----- Dataset records

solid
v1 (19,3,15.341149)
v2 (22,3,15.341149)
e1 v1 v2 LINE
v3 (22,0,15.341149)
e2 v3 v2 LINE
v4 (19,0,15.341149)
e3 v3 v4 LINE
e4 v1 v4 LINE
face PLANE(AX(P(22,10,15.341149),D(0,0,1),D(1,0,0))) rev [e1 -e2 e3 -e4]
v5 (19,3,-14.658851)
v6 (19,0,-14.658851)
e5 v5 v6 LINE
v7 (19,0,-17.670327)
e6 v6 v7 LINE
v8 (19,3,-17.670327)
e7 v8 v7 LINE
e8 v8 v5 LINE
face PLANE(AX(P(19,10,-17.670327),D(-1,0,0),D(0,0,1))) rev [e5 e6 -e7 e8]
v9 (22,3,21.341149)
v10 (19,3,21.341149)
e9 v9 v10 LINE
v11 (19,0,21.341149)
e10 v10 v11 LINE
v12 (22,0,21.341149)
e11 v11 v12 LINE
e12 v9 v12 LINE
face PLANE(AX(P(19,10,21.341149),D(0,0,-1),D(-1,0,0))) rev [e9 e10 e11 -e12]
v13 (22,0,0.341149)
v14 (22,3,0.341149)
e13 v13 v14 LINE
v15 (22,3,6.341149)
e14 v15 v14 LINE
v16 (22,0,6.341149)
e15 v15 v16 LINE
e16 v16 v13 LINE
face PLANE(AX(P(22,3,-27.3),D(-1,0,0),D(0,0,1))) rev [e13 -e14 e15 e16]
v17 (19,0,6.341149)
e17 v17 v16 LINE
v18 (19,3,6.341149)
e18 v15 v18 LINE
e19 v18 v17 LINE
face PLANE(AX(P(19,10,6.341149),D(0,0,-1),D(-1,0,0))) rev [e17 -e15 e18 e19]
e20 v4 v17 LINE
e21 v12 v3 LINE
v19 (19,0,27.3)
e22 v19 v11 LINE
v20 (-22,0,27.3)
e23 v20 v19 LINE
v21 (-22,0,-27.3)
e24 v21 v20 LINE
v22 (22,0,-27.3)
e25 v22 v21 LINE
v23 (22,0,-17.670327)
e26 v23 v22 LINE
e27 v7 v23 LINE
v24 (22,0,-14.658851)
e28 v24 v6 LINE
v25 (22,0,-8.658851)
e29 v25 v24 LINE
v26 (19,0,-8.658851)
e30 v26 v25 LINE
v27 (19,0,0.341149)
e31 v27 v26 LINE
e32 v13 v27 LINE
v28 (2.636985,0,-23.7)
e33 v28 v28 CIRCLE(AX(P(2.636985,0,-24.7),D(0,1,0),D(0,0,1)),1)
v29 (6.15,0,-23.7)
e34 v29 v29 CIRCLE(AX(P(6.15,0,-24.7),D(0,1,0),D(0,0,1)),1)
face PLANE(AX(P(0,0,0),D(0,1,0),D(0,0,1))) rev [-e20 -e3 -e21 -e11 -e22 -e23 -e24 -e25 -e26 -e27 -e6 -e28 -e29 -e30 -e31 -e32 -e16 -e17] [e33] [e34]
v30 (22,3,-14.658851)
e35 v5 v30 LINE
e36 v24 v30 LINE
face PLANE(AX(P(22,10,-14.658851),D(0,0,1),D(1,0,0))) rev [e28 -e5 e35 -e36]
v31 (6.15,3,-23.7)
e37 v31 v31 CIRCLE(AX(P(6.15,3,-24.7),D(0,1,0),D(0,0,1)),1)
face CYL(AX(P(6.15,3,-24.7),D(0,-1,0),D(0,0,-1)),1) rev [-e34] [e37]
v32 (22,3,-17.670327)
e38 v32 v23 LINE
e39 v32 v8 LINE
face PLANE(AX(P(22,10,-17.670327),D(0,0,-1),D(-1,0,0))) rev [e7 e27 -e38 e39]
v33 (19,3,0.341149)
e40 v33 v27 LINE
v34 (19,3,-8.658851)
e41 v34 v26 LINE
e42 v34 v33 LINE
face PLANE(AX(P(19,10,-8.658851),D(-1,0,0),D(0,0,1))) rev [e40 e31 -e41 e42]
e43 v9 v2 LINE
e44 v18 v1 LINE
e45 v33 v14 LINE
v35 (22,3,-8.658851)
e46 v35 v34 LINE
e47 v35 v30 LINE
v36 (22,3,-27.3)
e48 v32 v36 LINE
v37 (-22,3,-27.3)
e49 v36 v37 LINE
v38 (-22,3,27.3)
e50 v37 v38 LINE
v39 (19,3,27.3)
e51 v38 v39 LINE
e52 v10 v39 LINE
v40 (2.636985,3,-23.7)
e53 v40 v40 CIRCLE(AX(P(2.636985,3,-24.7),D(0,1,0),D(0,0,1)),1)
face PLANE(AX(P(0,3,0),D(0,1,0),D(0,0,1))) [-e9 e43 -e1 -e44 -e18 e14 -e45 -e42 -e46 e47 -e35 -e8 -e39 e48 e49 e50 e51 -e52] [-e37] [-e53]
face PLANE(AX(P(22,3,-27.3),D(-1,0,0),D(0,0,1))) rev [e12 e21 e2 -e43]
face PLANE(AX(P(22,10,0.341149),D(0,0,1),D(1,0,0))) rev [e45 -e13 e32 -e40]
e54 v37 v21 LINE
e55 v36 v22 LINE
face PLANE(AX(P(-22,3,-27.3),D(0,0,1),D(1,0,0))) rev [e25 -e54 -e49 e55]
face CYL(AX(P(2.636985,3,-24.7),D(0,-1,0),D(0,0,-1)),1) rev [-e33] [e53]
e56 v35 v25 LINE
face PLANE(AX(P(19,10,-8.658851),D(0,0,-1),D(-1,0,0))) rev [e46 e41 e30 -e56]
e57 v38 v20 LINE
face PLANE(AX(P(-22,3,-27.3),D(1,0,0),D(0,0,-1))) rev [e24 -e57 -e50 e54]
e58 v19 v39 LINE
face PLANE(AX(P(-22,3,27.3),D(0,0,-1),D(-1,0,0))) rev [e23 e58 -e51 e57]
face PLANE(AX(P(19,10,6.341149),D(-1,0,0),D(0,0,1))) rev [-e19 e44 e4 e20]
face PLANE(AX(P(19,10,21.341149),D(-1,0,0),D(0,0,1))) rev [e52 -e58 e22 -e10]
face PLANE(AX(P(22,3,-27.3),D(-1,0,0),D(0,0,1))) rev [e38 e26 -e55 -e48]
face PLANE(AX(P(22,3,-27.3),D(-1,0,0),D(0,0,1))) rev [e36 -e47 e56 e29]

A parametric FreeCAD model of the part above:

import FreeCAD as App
import Part
import Sketcher
from FreeCAD import Vector


def add_polygon(sketch, points):
    """Adds a closed chain of lines whose ends are joined by coincident constraints."""
    first, n = sketch.GeometryCount, len(points)
    for a, b in zip(points, points[1:] + points[:1]):
        sketch.addGeometry(Part.LineSegment(App.Vector(*a, 0), App.Vector(*b, 0)), False)
    for i in range(n):
        sketch.addConstraint(Sketcher.Constraint("Coincident", first + i, 2, first + (i + 1) % n, 1))

doc = App.newDocument("Part")
body = doc.addObject("PartDesign::Body", "Body")

# Sketch on XZ plane
sketch1 = body.newObject("Sketcher::SketchObject", "Sketch")
sketch1.AttachmentSupport = (doc.getObject("XZ_Plane"), [""])
sketch1.MapMode = "FlatFace"
add_polygon(sketch1, [(-22, -27.3), (-22, 27.3), (22, 27.3), (22, -27.3)])  # lines 0-3
sketch1.addGeometry(Part.Circle(Vector(2.636985, -24.7, 0), Vector(0, 0, 1), 1), False)  # 4
sketch1.addGeometry(Part.Circle(Vector(6.15, -24.7, 0), Vector(0, 0, 1), 1), False)  # 5
sketch1.addConstraint(Sketcher.Constraint("Vertical", 0))
sketch1.addConstraint(Sketcher.Constraint("Horizontal", 1))
sketch1.addConstraint(Sketcher.Constraint("Vertical", 2))
sketch1.addConstraint(Sketcher.Constraint("Horizontal", 3))
sketch1.addConstraint(Sketcher.Constraint("Equal", 4, 5))
sketch1.addConstraint(Sketcher.Constraint("Symmetric", 0, 2, 2, 2, -1, 1))
sketch1.addConstraint(Sketcher.Constraint("Horizontal", 4, 3, 5, 3))
sketch1.addConstraint(Sketcher.Constraint("Diameter", 4, 2.0))
sketch1.addConstraint(Sketcher.Constraint("DistanceX", 1, 1, 1, 2, 44.0))
sketch1.addConstraint(Sketcher.Constraint("DistanceY", 0, 1, 0, 2, 54.6))
sketch1.addConstraint(Sketcher.Constraint("DistanceY", 4, 3, 0, 2, 52.0))
sketch1.addConstraint(Sketcher.Constraint("DistanceX", -1, 1, 5, 3, 6.15))
sketch1.addConstraint(Sketcher.Constraint("DistanceX", -1, 1, 4, 3, 2.636985))
pad1 = body.newObject("PartDesign::Pad", "Pad")
pad1.Profile = sketch1
pad1.Length = 3
pad1.Reversed = True

# Sketch on XZ plane
sketch2 = body.newObject("Sketcher::SketchObject", "Sketch001")
sketch2.AttachmentSupport = (doc.getObject("XZ_Plane"), [""])
sketch2.MapMode = "FlatFace"
add_polygon(sketch2, [(19, -14.658851), (19, -17.670327), (22, -17.670327), (22, -14.658851)])  # lines 0-3
add_polygon(sketch2, [(19, 0.341149), (19, -8.658851), (22, -8.658851), (22, 0.341149)])  # lines 4-7
add_polygon(sketch2, [(19, 15.341149), (19, 6.341149), (22, 6.341149), (22, 15.341149)])  # lines 8-11
add_polygon(sketch2, [(19, 27.3), (19, 21.341149), (22, 21.341149), (22, 27.3)])  # lines 12-15
sketch2.addConstraint(Sketcher.Constraint("Vertical", 0))
sketch2.addConstraint(Sketcher.Constraint("Horizontal", 1))
sketch2.addConstraint(Sketcher.Constraint("Vertical", 2))
sketch2.addConstraint(Sketcher.Constraint("Horizontal", 3))
sketch2.addConstraint(Sketcher.Constraint("Vertical", 4))
sketch2.addConstraint(Sketcher.Constraint("Horizontal", 5))
sketch2.addConstraint(Sketcher.Constraint("Vertical", 6))
sketch2.addConstraint(Sketcher.Constraint("Horizontal", 7))
sketch2.addConstraint(Sketcher.Constraint("Vertical", 8))
sketch2.addConstraint(Sketcher.Constraint("Horizontal", 9))
sketch2.addConstraint(Sketcher.Constraint("Vertical", 10))
sketch2.addConstraint(Sketcher.Constraint("Horizontal", 11))
sketch2.addConstraint(Sketcher.Constraint("Vertical", 12))
sketch2.addConstraint(Sketcher.Constraint("Horizontal", 13))
sketch2.addConstraint(Sketcher.Constraint("Vertical", 14))
sketch2.addConstraint(Sketcher.Constraint("Horizontal", 15))
sketch2.addConstraint(Sketcher.Constraint("Vertical", 3, 2, 4, 2))
sketch2.addConstraint(Sketcher.Constraint("Vertical", 2, 2, 5, 2))
sketch2.addConstraint(Sketcher.Constraint("Vertical", 7, 2, 8, 2))
sketch2.addConstraint(Sketcher.Constraint("Vertical", 6, 2, 9, 2))
sketch2.addConstraint(Sketcher.Constraint("Vertical", 11, 2, 12, 2))
sketch2.addConstraint(Sketcher.Constraint("Vertical", 10, 2, 13, 2))
sketch2.addConstraint(Sketcher.Constraint("Equal", 6, 8))
sketch2.addConstraint(Sketcher.Constraint("DistanceX", 1, 1, 1, 2, 3.0))
sketch2.addConstraint(Sketcher.Constraint("DistanceY", 4, 2, 4, 1, 9.0))
sketch2.addConstraint(Sketcher.Constraint("DistanceX", -1, 1, 0, 2, 19.0))
sketch2.addConstraint(Sketcher.Constraint("DistanceY", 3, 2, 4, 2, 6.0))
sketch2.addConstraint(Sketcher.Constraint("DistanceY", 7, 2, 8, 2, 6.0))
sketch2.addConstraint(Sketcher.Constraint("DistanceY", 11, 2, 12, 2, 6.0))
sketch2.addConstraint(Sketcher.Constraint("DistanceY", -1, 1, 14, 2, 27.3))
sketch2.addConstraint(Sketcher.Constraint("DistanceY", 12, 2, 12, 1, 5.958851))
sketch2.addConstraint(Sketcher.Constraint("DistanceY", 0, 2, 0, 1, 3.011476))
pocket1 = body.newObject("PartDesign::Pocket", "Pocket")
pocket1.Profile = sketch2
pocket1.Length = 10

doc.recompute()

----------

#### Exercise
From the listing above, output exactly the run of lines that starts with the line containing "face PLANE(AX(P(19,10,21.341149),D(0,0,-1),D(-1,0,0))) rev" and ends with the line containing "face PLANE(AX(P(22,3,-27.3),D(-1,0,0),D(0,0,1))) rev [e12".

#### Finished task
face PLANE(AX(P(19,10,21.341149),D(0,0,-1),D(-1,0,0))) rev [e9 e10 e11 -e12]
v13 (22,0,0.341149)
v14 (22,3,0.341149)
e13 v13 v14 LINE
v15 (22,3,6.341149)
e14 v15 v14 LINE
v16 (22,0,6.341149)
e15 v15 v16 LINE
e16 v16 v13 LINE
face PLANE(AX(P(22,3,-27.3),D(-1,0,0),D(0,0,1))) rev [e13 -e14 e15 e16]
v17 (19,0,6.341149)
e17 v17 v16 LINE
v18 (19,3,6.341149)
e18 v15 v18 LINE
e19 v18 v17 LINE
face PLANE(AX(P(19,10,6.341149),D(0,0,-1),D(-1,0,0))) rev [e17 -e15 e18 e19]
e20 v4 v17 LINE
e21 v12 v3 LINE
v19 (19,0,27.3)
e22 v19 v11 LINE
v20 (-22,0,27.3)
e23 v20 v19 LINE
v21 (-22,0,-27.3)
e24 v21 v20 LINE
v22 (22,0,-27.3)
e25 v22 v21 LINE
v23 (22,0,-17.670327)
e26 v23 v22 LINE
e27 v7 v23 LINE
v24 (22,0,-14.658851)
e28 v24 v6 LINE
v25 (22,0,-8.658851)
e29 v25 v24 LINE
v26 (19,0,-8.658851)
e30 v26 v25 LINE
v27 (19,0,0.341149)
e31 v27 v26 LINE
e32 v13 v27 LINE
v28 (2.636985,0,-23.7)
e33 v28 v28 CIRCLE(AX(P(2.636985,0,-24.7),D(0,1,0),D(0,0,1)),1)
v29 (6.15,0,-23.7)
e34 v29 v29 CIRCLE(AX(P(6.15,0,-24.7),D(0,1,0),D(0,0,1)),1)
face PLANE(AX(P(0,0,0),D(0,1,0),D(0,0,1))) rev [-e20 -e3 -e21 -e11 -e22 -e23 -e24 -e25 -e26 -e27 -e6 -e28 -e29 -e30 -e31 -e32 -e16 -e17] [e33] [e34]
v30 (22,3,-14.658851)
e35 v5 v30 LINE
e36 v24 v30 LINE
face PLANE(AX(P(22,10,-14.658851),D(0,0,1),D(1,0,0))) rev [e28 -e5 e35 -e36]
v31 (6.15,3,-23.7)
e37 v31 v31 CIRCLE(AX(P(6.15,3,-24.7),D(0,1,0),D(0,0,1)),1)
face CYL(AX(P(6.15,3,-24.7),D(0,-1,0),D(0,0,-1)),1) rev [-e34] [e37]
v32 (22,3,-17.670327)
e38 v32 v23 LINE
e39 v32 v8 LINE
face PLANE(AX(P(22,10,-17.670327),D(0,0,-1),D(-1,0,0))) rev [e7 e27 -e38 e39]
v33 (19,3,0.341149)
e40 v33 v27 LINE
v34 (19,3,-8.658851)
e41 v34 v26 LINE
e42 v34 v33 LINE
face PLANE(AX(P(19,10,-8.658851),D(-1,0,0),D(0,0,1))) rev [e40 e31 -e41 e42]
e43 v9 v2 LINE
e44 v18 v1 LINE
e45 v33 v14 LINE
v35 (22,3,-8.658851)
e46 v35 v34 LINE
e47 v35 v30 LINE
v36 (22,3,-27.3)
e48 v32 v36 LINE
v37 (-22,3,-27.3)
e49 v36 v37 LINE
v38 (-22,3,27.3)
e50 v37 v38 LINE
v39 (19,3,27.3)
e51 v38 v39 LINE
e52 v10 v39 LINE
v40 (2.636985,3,-23.7)
e53 v40 v40 CIRCLE(AX(P(2.636985,3,-24.7),D(0,1,0),D(0,0,1)),1)
face PLANE(AX(P(0,3,0),D(0,1,0),D(0,0,1))) [-e9 e43 -e1 -e44 -e18 e14 -e45 -e42 -e46 e47 -e35 -e8 -e39 e48 e49 e50 e51 -e52] [-e37] [-e53]
face PLANE(AX(P(22,3,-27.3),D(-1,0,0),D(0,0,1))) rev [e12 e21 e2 -e43]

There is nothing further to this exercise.